> _Saved entries_:

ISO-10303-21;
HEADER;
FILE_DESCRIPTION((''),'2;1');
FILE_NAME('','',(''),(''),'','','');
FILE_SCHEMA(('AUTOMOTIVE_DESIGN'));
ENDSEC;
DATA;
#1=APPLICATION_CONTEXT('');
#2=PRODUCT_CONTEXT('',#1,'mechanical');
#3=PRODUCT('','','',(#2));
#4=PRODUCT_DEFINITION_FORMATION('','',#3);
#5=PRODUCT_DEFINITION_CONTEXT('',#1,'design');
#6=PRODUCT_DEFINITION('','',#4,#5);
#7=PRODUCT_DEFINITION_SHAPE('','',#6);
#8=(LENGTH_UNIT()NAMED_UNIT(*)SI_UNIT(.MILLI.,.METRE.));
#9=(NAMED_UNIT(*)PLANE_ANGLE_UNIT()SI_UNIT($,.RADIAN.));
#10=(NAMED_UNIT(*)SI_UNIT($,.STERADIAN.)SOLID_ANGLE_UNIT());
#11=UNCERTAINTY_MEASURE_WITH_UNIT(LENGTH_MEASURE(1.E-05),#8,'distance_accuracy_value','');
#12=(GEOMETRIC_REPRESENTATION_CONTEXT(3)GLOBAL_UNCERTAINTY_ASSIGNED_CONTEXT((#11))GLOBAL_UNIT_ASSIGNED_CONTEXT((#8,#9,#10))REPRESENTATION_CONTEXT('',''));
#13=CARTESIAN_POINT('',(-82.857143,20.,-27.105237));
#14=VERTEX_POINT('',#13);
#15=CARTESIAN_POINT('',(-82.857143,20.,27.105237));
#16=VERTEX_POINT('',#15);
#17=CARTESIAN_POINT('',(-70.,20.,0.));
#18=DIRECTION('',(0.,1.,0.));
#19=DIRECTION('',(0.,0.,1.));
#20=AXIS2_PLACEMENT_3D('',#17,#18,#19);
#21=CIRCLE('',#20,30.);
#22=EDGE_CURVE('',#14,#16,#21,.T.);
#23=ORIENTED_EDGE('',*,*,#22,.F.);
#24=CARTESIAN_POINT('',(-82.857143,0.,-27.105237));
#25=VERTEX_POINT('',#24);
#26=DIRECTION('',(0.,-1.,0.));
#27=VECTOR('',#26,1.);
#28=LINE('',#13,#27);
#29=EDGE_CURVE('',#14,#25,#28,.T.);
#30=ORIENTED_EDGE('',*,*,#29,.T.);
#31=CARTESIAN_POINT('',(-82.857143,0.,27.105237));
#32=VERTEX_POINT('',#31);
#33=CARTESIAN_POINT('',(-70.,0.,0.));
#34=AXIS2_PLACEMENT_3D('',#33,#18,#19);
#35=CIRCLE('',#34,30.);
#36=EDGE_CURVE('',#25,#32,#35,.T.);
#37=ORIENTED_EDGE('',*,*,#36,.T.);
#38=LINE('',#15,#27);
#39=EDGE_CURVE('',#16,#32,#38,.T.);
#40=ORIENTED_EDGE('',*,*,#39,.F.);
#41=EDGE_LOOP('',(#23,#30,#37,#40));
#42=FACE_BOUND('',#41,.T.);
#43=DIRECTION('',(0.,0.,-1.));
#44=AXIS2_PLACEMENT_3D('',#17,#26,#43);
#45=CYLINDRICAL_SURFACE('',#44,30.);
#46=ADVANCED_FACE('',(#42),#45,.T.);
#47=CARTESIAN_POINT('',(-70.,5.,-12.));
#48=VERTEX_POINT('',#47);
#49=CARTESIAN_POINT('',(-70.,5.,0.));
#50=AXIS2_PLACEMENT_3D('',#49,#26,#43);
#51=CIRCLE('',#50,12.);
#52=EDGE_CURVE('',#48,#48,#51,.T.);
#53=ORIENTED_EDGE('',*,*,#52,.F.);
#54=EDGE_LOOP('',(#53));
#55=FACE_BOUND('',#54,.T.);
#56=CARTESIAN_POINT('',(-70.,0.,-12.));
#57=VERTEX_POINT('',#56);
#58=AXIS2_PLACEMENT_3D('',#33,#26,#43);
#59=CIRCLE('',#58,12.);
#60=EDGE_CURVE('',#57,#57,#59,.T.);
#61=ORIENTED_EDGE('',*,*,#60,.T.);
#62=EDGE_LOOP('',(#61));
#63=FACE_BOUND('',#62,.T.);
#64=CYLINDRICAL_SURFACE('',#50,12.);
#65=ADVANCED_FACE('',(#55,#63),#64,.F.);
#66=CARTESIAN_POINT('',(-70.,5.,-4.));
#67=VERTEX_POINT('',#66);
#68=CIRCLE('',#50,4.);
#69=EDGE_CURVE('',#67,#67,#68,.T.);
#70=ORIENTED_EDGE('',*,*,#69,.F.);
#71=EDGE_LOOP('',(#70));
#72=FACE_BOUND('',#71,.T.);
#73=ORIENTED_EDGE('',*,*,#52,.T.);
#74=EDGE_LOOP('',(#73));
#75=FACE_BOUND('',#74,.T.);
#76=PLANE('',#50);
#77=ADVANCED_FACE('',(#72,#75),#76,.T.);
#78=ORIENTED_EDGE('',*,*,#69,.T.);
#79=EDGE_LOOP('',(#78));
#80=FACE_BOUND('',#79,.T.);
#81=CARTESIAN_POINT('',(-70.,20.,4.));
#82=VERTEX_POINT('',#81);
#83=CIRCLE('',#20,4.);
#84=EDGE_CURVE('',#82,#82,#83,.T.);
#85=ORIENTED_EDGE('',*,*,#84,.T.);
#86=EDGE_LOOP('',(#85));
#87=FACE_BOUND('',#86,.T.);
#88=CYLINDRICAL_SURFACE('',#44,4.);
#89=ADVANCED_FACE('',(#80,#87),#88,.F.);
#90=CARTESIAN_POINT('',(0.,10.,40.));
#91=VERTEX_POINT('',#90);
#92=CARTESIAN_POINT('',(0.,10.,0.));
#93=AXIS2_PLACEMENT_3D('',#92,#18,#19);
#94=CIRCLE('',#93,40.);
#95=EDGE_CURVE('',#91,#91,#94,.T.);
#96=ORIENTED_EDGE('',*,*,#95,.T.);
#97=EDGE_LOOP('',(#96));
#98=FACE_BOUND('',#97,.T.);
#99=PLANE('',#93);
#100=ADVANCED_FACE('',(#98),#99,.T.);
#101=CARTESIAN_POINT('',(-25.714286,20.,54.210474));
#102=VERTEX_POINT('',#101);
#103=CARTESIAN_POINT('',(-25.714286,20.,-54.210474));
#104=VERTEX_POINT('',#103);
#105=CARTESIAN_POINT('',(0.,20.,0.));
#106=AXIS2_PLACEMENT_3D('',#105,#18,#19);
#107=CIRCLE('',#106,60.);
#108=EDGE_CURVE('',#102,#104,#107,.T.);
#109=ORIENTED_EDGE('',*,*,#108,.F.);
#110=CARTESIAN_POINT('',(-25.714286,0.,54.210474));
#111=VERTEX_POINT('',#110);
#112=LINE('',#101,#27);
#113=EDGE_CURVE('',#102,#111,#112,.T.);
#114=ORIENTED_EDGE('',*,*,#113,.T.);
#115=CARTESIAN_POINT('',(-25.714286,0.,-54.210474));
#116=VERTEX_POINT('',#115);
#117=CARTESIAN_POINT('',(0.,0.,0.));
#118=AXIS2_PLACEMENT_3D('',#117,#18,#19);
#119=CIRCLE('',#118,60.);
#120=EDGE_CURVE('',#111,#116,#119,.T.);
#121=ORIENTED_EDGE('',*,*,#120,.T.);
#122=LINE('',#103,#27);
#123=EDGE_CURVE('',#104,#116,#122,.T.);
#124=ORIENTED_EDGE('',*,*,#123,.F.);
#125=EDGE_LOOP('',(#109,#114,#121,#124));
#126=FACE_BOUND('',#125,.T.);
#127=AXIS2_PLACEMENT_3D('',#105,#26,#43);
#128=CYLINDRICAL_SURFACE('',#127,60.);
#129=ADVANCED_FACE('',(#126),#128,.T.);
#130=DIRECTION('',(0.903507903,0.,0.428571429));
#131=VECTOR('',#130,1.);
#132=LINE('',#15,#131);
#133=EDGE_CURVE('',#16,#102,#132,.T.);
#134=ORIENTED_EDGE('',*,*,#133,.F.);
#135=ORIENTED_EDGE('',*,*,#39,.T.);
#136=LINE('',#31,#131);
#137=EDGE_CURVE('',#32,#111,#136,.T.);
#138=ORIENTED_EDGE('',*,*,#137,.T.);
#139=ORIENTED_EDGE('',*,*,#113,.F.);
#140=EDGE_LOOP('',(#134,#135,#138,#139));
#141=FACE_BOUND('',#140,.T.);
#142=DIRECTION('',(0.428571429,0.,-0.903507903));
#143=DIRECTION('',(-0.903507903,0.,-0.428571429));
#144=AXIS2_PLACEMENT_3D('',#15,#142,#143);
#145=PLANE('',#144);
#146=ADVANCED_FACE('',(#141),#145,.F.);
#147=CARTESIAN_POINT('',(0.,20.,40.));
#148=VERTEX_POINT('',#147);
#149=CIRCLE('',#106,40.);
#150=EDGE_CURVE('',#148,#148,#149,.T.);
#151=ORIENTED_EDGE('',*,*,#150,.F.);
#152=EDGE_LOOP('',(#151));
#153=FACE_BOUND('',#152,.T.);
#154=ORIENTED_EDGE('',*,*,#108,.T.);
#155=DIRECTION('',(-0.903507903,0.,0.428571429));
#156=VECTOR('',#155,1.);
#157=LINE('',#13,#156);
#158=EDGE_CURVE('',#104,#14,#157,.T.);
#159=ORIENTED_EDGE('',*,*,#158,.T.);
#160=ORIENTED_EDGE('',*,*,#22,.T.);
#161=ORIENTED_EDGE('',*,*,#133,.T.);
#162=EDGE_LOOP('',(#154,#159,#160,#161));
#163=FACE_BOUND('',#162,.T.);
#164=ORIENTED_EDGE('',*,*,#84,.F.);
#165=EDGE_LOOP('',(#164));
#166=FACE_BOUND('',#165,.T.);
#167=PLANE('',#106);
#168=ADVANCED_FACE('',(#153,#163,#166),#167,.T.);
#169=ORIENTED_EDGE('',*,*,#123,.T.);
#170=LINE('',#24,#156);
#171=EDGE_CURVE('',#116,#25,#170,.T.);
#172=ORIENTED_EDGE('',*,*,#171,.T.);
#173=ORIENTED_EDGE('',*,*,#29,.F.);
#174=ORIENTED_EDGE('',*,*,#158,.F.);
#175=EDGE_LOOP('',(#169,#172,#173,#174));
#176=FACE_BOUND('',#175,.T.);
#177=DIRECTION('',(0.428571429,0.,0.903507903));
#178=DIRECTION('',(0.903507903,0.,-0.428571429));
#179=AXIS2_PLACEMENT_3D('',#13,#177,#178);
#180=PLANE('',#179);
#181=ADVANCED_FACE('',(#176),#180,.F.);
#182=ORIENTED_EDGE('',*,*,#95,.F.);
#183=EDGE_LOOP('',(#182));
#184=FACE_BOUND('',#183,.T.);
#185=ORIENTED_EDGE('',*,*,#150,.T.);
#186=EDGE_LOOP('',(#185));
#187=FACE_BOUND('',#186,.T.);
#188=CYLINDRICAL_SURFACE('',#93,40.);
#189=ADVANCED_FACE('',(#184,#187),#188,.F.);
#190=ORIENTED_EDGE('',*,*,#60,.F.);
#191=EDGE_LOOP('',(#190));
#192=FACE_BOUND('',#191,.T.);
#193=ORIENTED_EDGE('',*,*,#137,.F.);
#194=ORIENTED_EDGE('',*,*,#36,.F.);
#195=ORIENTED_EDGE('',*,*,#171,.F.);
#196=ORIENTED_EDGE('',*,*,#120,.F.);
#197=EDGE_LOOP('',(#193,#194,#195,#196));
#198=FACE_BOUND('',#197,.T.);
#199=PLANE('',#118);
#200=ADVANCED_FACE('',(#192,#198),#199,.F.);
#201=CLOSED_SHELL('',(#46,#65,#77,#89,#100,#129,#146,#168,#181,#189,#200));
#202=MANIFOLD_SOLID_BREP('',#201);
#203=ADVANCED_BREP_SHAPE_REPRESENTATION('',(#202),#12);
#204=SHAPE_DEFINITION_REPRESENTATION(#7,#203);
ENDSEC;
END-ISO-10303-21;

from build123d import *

# Parameters (mm, degrees)
SKETCH1_R           = 60
BOSS_EXTRUDE1_DEPTH = 20
SKETCH3_R           = 4
BOSS_EXTRUDE2_DEPTH = 20
SKETCH2_R           = 40
CUT_EXTRUDE1_DEPTH  = 10
SKETCH5_R           = 12
CUT_EXTRUDE2_DEPTH  = 5


with BuildPart() as part:
    # Sketch1 → Boss-Extrude1 (new body)
    with BuildSketch(Plane(origin=(0, 0, 0), x_dir=(1, 0, 0), z_dir=(0, 1, 0))):
        with Locations(Location((0, 0, 0), (0, 0, 270))):
            Circle(SKETCH1_R)
    extrude(amount=BOSS_EXTRUDE1_DEPTH)

    # Sketch3 → Boss-Extrude2 (add)
    with BuildSketch(Plane(origin=(0, 0, 0), x_dir=(1, 0, 0), z_dir=(0, 1, 0))):
        with BuildLine():
            Line((-82.857142857, 27.105237087), (-25.714285714, 54.210474174))
            ThreePointArc((-25.714285714, 54.210474174), (60, 0), (-25.714285714, -54.210474174))
            Line((-25.714285714, -54.210474174), (-82.857142857, -27.105237087))
            ThreePointArc((-82.857142857, -27.105237087), (-100, 0), (-82.857142857, 27.105237087))
        make_face()
        with Locations(Location((-70, 0, 0), (0, 0, 270))):
            Circle(SKETCH3_R, mode=Mode.SUBTRACT)
    extrude(amount=BOSS_EXTRUDE2_DEPTH)

    # Sketch2 → Cut-Extrude1 (cut)
    with BuildSketch(Plane(origin=(0, 20, 0), x_dir=(1, 0, 0), z_dir=(0, 1, 0))):
        with Locations(Location((0, 0, 0), (0, 0, 270))):
            Circle(SKETCH2_R)
    extrude(amount=-CUT_EXTRUDE1_DEPTH, mode=Mode.SUBTRACT)

    # Sketch5 → Cut-Extrude2 (cut)
    with BuildSketch(Plane.XZ):
        with Locations(Location((-70, 0, 0), (0, 0, 270))):
            Circle(SKETCH5_R)
    extrude(amount=-CUT_EXTRUDE2_DEPTH, mode=Mode.SUBTRACT)


solid = part.part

> _Description of the task_:
All that is needed is the opening run of the data, given again exactly: please include every line from the first through the line with "#33=CARTESIAN_POINT('',(-70.,0.,0.));", both ends kept.

> _Solution to this problem_:
ISO-10303-21;
HEADER;
FILE_DESCRIPTION((''),'2;1');
FILE_NAME('','',(''),(''),'','','');
FILE_SCHEMA(('AUTOMOTIVE_DESIGN'));
ENDSEC;
DATA;
#1=APPLICATION_CONTEXT('');
#2=PRODUCT_CONTEXT('',#1,'mechanical');
#3=PRODUCT('','','',(#2));
#4=PRODUCT_DEFINITION_FORMATION('','',#3);
#5=PRODUCT_DEFINITION_CONTEXT('',#1,'design');
#6=PRODUCT_DEFINITION('','',#4,#5);
#7=PRODUCT_DEFINITION_SHAPE('','',#6);
#8=(LENGTH_UNIT()NAMED_UNIT(*)SI_UNIT(.MILLI.,.METRE.));
#9=(NAMED_UNIT(*)PLANE_ANGLE_UNIT()SI_UNIT($,.RADIAN.));
#10=(NAMED_UNIT(*)SI_UNIT($,.STERADIAN.)SOLID_ANGLE_UNIT());
#11=UNCERTAINTY_MEASURE_WITH_UNIT(LENGTH_MEASURE(1.E-05),#8,'distance_accuracy_value','');
#12=(GEOMETRIC_REPRESENTATION_CONTEXT(3)GLOBAL_UNCERTAINTY_ASSIGNED_CONTEXT((#11))GLOBAL_UNIT_ASSIGNED_CONTEXT((#8,#9,#10))REPRESENTATION_CONTEXT('',''));
#13=CARTESIAN_POINT('',(-82.857143,20.,-27.105237));
#14=VERTEX_POINT('',#13);
#15=CARTESIAN_POINT('',(-82.857143,20.,27.105237));
#16=VERTEX_POINT('',#15);
#17=CARTESIAN_POINT('',(-70.,20.,0.));
#18=DIRECTION('',(0.,1.,0.));
#19=DIRECTION('',(0.,0.,1.));
#20=AXIS2_PLACEMENT_3D('',#17,#18,#19);
#21=CIRCLE('',#20,30.);
#22=EDGE_CURVE('',#14,#16,#21,.T.);
#23=ORIENTED_EDGE('',*,*,#22,.F.);
#24=CARTESIAN_POINT('',(-82.857143,0.,-27.105237));
#25=VERTEX_POINT('',#24);
#26=DIRECTION('',(0.,-1.,0.));
#27=VECTOR('',#26,1.);
#28=LINE('',#13,#27);
#29=EDGE_CURVE('',#14,#25,#28,.T.);
#30=ORIENTED_EDGE('',*,*,#29,.T.);
#31=CARTESIAN_POINT('',(-82.857143,0.,27.105237));
#32=VERTEX_POINT('',#31);
#33=CARTESIAN_POINT('',(-70.,0.,0.));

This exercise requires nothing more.